If malicious AI has replaced the sudo binary, then it can already run arbitrary code as root. No need to "collect your password" then
It could just alias sudo on your ~/.bashrc. No need to replace the actual file on /usr/bin/sudo or wherever you have it. I would only need to be able to run arbitrary code as you.
Sigh. What ever happened to the principle of least privilege and why arent we applying it to AI agents. They ought to be locked in a box and not capable to act outside designated task.
This feels like using Docker is just inherently unsafe.
The fact that Docker is unsafe was one of the core motivations for Podman.
Was gonna say, "why not podman?"
No, using AI tools not in an effective sandbox is inherently unsafe.
Both can be true.
Yes, that's why they warn you about it.
That’s what rootless docker is for
rootless docker's networking (slirp4netns) is still terribly buggy and in edge cases often locks up using 100% CPU until you discover that your laptop is a lapwarmer and kill it
I found it pretty reliable and use it across all my docker projects, development and production.
This feels like using sudo is just inherently unsafe.
This but unironically. There's no way to ensure that nobody overwrote your .profile or .bashrc with a backdoored sudo that steals your password, or runs your command and then runs an evil command afterwards.
`which sudo`?

`/usr/bin/sudo`?

If they can override sudo, they can override which.
It is. That's why SELinux and AppArmor were invented.

Instead of having "root" and "user", both of these provide sets of permissions that can be granted to apps.

In this case, SELinux would've stopped this. Codex could've still relabelled the files when mounting but this can be blocked for sensitive directories like /etc.

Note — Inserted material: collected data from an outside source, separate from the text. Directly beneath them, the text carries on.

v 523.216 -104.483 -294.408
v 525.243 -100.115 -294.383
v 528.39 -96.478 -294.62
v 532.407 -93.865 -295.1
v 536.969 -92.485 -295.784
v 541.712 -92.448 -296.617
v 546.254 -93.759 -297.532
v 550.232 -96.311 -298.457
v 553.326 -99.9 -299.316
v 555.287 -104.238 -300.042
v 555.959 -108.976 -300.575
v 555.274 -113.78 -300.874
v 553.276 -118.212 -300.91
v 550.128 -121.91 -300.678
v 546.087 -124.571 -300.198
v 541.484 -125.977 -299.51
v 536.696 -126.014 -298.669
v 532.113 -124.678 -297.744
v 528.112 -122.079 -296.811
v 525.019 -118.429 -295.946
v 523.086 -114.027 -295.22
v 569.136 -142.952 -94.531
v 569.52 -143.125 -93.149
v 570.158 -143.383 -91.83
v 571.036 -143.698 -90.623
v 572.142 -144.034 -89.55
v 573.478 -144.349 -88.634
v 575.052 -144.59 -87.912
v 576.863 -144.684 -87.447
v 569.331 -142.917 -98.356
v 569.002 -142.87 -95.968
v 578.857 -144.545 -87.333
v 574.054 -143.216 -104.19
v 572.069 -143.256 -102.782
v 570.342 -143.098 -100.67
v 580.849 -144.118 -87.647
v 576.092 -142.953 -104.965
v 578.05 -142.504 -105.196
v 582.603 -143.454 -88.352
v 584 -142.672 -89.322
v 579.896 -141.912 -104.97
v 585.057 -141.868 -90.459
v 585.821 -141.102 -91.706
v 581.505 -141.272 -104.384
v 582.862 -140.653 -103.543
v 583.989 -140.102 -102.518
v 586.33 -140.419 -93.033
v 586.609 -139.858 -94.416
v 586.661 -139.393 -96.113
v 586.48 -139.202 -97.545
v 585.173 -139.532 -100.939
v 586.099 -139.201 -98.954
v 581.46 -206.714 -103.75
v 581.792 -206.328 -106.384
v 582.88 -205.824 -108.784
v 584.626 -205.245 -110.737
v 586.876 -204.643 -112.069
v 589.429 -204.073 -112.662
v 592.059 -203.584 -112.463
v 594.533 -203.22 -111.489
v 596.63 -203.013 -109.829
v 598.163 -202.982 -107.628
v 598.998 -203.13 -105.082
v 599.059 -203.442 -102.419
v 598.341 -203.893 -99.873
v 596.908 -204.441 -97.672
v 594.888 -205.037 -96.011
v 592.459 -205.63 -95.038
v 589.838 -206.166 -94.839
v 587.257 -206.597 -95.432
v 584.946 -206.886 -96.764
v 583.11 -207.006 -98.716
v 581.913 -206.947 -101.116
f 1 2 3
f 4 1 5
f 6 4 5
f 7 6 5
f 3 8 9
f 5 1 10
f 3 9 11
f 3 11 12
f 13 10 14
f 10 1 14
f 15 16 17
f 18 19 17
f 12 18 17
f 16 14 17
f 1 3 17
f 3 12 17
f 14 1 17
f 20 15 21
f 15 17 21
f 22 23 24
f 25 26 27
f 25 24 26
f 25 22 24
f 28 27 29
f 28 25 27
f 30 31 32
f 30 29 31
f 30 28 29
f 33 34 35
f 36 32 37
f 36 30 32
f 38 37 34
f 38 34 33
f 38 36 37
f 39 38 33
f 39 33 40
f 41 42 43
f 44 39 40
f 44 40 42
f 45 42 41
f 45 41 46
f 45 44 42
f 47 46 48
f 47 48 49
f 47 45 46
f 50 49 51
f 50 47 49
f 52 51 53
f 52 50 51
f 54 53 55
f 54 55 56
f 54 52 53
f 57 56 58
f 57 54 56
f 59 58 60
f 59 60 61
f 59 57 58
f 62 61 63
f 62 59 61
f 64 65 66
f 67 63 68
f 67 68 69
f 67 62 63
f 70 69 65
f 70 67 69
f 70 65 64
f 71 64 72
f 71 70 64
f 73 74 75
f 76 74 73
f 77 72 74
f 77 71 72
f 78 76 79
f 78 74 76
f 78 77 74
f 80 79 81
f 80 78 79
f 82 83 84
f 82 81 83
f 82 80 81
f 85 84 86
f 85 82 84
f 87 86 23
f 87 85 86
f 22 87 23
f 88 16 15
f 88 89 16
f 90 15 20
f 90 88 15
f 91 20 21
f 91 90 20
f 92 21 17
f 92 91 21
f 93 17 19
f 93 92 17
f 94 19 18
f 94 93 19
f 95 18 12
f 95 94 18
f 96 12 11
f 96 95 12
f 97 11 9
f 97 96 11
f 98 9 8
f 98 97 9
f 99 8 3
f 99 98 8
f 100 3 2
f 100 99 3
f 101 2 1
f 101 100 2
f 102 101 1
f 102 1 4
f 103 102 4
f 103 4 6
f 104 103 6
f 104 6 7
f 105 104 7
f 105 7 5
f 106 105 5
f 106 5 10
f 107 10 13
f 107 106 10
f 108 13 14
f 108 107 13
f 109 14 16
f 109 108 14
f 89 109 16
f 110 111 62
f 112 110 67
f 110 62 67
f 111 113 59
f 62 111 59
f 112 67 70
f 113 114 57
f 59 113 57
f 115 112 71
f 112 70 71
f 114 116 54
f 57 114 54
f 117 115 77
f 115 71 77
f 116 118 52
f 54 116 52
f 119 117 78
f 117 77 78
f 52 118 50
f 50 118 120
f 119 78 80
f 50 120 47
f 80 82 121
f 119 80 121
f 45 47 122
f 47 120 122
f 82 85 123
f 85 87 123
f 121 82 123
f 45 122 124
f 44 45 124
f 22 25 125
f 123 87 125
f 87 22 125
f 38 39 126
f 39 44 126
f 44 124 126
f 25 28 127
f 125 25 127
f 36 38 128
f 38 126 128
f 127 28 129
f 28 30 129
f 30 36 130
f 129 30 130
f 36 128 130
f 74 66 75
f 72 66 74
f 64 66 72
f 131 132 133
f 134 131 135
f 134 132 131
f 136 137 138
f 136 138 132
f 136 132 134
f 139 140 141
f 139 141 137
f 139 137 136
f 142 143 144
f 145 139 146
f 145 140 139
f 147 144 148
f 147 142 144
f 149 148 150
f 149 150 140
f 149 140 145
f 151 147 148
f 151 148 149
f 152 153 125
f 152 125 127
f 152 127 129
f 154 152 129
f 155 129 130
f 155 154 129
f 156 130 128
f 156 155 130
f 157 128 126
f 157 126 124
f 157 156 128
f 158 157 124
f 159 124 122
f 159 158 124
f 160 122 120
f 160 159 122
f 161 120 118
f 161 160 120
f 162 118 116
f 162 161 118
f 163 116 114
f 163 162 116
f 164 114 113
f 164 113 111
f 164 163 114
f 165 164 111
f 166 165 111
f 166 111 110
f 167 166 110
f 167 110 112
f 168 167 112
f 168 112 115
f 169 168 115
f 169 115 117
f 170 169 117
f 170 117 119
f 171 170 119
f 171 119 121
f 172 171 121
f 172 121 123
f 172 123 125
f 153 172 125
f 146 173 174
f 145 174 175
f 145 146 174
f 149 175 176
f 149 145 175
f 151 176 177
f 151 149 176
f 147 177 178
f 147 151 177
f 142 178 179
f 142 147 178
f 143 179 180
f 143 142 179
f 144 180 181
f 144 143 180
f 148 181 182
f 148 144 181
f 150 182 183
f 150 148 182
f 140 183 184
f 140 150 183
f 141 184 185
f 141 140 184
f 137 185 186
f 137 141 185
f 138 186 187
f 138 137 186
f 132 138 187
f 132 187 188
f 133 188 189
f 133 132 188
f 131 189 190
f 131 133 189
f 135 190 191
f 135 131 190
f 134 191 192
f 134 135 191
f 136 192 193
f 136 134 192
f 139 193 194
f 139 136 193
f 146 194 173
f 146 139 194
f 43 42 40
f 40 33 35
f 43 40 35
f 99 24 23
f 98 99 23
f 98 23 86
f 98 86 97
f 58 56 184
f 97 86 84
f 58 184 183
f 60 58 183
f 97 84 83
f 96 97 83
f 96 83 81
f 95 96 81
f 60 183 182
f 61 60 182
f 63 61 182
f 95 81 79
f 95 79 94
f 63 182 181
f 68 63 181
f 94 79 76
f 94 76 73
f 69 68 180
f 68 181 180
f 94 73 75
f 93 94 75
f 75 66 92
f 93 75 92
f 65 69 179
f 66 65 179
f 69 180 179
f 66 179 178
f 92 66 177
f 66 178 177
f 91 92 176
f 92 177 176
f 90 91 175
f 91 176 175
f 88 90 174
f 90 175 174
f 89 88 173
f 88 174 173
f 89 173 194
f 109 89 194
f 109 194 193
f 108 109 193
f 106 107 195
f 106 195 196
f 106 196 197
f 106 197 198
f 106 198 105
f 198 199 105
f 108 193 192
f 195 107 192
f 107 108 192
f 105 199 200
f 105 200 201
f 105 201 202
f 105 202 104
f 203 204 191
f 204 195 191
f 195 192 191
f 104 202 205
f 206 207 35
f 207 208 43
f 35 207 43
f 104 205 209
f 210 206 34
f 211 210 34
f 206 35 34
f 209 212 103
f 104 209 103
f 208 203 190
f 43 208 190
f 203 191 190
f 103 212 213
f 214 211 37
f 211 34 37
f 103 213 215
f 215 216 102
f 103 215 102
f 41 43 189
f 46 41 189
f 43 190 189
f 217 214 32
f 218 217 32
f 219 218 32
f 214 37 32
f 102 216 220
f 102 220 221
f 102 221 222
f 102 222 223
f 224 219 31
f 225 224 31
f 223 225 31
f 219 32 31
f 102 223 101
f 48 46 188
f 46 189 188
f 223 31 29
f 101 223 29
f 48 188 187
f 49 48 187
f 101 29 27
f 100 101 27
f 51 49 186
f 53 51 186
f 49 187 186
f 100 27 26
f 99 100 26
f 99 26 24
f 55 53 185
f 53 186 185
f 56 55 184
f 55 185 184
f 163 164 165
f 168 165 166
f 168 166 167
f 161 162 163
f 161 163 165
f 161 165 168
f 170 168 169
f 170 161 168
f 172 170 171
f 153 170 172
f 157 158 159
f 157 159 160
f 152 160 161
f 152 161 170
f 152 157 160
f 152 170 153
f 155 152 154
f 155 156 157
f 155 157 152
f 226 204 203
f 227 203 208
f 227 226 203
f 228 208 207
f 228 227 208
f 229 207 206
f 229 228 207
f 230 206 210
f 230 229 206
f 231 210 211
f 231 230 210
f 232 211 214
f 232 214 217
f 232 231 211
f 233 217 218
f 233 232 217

This feels like using a computer is inherently unsafe.

On the plus side, once we outlaw them we'll shut down the ability for conspiratorial thinking to spread easily and the world will slowly heal from the last couple of decades (the previous one in particular).

Hooray! We're finally doing something about the harms of social media. Smash your computer today!

Safety meeting. Nobody works, nobody gets hurt.
Ah yes, it’s the conspiratorial thinking dividing society,

not humans being humans,

not the people at the highest echelons of society being corrupt (Epstein called).

It’s the people trying to piece that evil together so they know what to tell their kids - they’re the problem.

Sure.

I think we're only a few decades away from these things being said unironically.
It's already here, mobile OSes are just computers with ton of guardrails and you can't do whatever you want with it, for the sake of security. I mean we almost got an Android where you can't install the APK you want.
Where's that guy with the ButlerianJihad username when you need him?
funily less is often more in security while ur devving. but its best to be aware rather than lucky :p
Well in 2026 most likely this step was also done by an agent with --dangerously-skip-permissions
And containers were supposed to make things safer ...

Huge design mistake if you ask me.

i don't see how it's a design mistake, linux allows more footguns in general to not decrease utility. Allowing you to manually give root prompt access (with warnings!) to a non-root user is one of them.

you can also just not run docker as root and not add normal users to the docker group

> And containers were supposed to make things safer ...

No. Containers are a slight improvement over the .tar.gz software distribution method we had a few decades ago.

(And I mean "slight" literally - a Docker container is just a .tar.gz with a bundled bash script that runs in a chroot.)